In fact, when I do literature searches for FAI/AGI material, I often find that the narrow AI or machine-learning literature contains a round dozen papers nobody working explicitly on FAI has ever cited, or even appears to know about. This is my view: there is low-hanging fruit in applying existing academic knowledge to FAI problems. Where such low-hanging fruit does not exist, the major open problems can largely be addressed by recourse to higher-hanging fruit within mathematics, or even to empirical science.

Since you believe it's all so wide-open, I'd like to know what you think of as "the FAI problem".

If you have an Oracle AI you can trust, you can use it to solve FAI problems for you. This is a fine approach.

We don't have time to be dicking around doing basic research on whiteboards.

Luckily, we don't need to dick around.

Comment author: TheAncientGeek 21 June 2014 04:00:17PM *  -2 points [-]

I'm not arguing that AI will necessary be safe. I am arguing that the failure modes in'vestigated by MIRI aren't likely. It is worthwhile to research effectivev off switches. It is not worthwhile to endlessly refer to a dangerous AI of a kind no one with a smidgeon of sense would build.

Comment author: [deleted] 21 June 2014 04:47:18PM 2 points [-]

Bzzzt. Wrong. You still haven't explained how to create an agent that will faithfully implement my verbal instruction to bring me a pizza. You have a valid case in the sense of pointing out that there can easily exist a "middle ground" between the Superintelligent Artificial Ethicist (Friendly AI in its fullest sense), the Superintelligent Paper Clipper (a perverse, somewhat unlikely malprogramming of a real superintelligence), and the Reward-Button Addicted Reinforcement Learner (the easiest unfriendly AI to actually build). What you haven't shown is how to actually get around the Addicted Reinforcement Learner <i>and</i> the paper-clipper and actually build an agent that can be sent out for pizza without breaking down at all.

Your current answers seem to be, roughly, "We get around the problem by expecting future AI scientists to solve it for us." However, we are the AI scientists: if we don't figure out how to make AI deliver pizza on command, who will?

Comment author: TheAncientGeek 21 June 2014 07:11:40PM *  1 point [-]

You keep misreading me. I am not claiming that to gave a solution. I am claiming that MIRI is overly pessimistic about the problem, and offering an over engineered solution. Inasmuch ad you say there is a middle ground, you kind if agree.

Comment author: [deleted] 21 June 2014 07:15:40PM 0 points [-]

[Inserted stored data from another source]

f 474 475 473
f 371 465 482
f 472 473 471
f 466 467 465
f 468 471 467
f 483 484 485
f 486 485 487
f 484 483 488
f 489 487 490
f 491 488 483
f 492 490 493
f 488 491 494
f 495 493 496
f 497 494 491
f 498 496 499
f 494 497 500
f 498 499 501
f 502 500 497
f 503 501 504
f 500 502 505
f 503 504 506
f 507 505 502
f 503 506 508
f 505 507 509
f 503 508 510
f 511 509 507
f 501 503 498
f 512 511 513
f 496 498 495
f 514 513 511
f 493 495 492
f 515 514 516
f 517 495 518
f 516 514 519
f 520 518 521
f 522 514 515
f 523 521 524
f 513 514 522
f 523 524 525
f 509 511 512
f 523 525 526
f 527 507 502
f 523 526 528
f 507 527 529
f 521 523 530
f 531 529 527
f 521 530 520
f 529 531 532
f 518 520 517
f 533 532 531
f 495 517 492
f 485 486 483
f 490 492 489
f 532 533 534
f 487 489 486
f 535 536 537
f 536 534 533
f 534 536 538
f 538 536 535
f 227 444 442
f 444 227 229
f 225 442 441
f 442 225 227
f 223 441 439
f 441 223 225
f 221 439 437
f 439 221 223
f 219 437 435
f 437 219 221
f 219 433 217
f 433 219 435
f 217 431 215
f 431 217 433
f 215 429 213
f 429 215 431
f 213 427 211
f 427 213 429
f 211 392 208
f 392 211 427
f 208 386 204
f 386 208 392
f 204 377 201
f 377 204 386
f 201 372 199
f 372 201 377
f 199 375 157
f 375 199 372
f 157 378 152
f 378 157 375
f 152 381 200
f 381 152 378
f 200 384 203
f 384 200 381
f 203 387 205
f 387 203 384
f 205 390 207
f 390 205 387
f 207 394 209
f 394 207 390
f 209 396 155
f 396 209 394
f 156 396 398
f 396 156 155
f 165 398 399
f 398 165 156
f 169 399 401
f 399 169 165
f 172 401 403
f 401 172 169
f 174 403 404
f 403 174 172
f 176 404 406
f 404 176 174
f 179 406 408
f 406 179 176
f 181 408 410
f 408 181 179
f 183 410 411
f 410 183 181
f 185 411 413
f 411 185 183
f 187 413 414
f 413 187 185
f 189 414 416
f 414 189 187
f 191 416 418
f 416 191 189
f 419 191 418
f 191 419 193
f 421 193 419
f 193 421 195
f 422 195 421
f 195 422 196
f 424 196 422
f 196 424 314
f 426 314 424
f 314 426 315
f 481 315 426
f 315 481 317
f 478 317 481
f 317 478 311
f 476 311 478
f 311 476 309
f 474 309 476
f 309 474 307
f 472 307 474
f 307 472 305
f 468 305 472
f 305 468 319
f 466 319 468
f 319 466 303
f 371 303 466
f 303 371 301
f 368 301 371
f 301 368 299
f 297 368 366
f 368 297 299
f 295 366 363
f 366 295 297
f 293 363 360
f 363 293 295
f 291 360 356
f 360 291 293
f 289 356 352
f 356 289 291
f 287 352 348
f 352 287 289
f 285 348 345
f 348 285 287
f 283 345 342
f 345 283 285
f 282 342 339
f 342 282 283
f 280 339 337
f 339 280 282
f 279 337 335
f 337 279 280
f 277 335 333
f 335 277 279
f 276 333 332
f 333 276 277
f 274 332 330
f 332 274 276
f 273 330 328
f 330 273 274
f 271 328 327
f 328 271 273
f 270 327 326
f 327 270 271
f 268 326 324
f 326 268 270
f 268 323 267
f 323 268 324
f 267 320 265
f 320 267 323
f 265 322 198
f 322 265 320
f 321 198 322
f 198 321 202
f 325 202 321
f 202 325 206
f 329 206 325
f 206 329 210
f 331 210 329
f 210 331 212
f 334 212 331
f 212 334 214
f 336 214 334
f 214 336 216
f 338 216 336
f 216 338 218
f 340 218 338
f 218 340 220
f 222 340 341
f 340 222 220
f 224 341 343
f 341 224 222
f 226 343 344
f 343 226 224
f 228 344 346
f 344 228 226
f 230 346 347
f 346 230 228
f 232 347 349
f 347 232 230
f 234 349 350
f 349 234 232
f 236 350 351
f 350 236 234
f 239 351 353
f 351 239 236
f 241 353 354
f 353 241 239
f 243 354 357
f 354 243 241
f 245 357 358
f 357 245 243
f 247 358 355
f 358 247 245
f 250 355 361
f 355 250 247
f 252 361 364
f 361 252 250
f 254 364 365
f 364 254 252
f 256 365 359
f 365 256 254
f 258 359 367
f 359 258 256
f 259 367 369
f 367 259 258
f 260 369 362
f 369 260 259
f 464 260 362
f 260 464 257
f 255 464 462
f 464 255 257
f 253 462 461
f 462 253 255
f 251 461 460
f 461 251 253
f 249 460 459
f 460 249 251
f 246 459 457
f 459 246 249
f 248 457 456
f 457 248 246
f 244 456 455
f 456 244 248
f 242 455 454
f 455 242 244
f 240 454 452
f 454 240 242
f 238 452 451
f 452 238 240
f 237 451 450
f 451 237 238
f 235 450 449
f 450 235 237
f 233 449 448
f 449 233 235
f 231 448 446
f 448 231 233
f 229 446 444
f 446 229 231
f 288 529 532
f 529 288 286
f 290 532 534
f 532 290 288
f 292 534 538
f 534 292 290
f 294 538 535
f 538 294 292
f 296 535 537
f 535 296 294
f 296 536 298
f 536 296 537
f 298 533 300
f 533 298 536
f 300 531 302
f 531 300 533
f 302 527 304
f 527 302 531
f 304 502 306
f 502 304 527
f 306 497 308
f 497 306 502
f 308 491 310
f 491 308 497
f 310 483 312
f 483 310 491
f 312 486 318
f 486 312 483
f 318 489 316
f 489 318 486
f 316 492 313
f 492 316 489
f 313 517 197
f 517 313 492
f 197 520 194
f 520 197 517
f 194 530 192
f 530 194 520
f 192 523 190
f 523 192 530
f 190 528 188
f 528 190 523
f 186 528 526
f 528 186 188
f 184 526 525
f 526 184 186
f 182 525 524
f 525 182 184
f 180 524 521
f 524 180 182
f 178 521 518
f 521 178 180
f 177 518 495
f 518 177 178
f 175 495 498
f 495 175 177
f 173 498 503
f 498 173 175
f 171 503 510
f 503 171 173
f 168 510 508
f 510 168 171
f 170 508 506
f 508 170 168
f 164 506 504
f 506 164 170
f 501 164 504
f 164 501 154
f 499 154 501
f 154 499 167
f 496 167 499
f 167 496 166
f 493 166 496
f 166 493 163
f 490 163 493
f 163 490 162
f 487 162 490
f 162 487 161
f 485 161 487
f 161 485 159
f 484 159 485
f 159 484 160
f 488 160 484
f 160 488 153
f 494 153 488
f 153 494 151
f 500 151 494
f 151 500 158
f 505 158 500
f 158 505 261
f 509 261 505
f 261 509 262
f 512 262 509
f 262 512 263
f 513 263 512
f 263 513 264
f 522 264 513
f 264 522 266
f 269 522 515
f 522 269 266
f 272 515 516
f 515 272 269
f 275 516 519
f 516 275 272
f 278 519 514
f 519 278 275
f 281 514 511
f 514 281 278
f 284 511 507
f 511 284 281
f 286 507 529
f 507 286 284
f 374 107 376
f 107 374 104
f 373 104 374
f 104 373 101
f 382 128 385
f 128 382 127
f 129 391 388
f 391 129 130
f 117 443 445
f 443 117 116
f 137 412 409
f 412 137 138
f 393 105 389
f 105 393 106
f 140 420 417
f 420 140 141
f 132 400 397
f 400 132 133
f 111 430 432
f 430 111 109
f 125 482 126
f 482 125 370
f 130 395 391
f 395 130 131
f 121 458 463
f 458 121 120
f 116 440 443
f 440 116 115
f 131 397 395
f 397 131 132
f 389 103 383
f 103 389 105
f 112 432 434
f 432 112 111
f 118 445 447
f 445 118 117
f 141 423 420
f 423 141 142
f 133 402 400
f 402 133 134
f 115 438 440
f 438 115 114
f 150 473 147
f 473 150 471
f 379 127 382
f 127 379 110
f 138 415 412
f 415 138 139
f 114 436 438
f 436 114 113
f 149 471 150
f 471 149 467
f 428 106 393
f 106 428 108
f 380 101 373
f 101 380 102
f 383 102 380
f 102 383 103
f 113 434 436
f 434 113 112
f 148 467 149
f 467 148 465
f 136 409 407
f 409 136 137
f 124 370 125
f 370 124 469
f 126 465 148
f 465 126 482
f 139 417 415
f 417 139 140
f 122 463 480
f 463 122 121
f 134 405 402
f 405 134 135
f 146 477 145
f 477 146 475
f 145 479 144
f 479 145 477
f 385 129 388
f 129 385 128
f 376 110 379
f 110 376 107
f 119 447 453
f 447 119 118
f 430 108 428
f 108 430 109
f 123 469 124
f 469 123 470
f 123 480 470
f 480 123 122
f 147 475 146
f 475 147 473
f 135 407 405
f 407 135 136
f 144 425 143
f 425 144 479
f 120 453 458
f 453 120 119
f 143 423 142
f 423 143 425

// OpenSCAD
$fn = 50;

The thing is, MIRI doesn't claim that a superintelligent world-destroying paperclipper is the most likely scenario. It's just illustrative of why we have an actual problem: because you don't need malice to create an Unfriendly AI that completely fucks everything up.

Comment author: TheAncientGeek 21 June 2014 07:22:48PM 1 point [-]

To make reliable predictions, more realistic examples are needed.

Comment author: [deleted] 21 June 2014 07:34:07PM 3 points [-]

So how did you like CATE, over in that other thread? That AI is non-super-human, doesn't go FOOM, doesn't acquire nanotechnology, can't do anything a human upload couldn't do... and still can cause quite a lot of damage simply because it's more dedicated than we are, suffers fewer cognitive flaws than us, has more self-knowledge than us, and has no need for rest or food.

I mean, come on: what if a non-FOOMed but Unfriendly AI becomes as rich as Bill Gates? After all, if Bill Gates did it while human, than surely an AI as smart as Bill Gates but without his humanity can do the same thing, while causing a bunch more damage to human values because it simply does not feel Gates' charitable inclinations.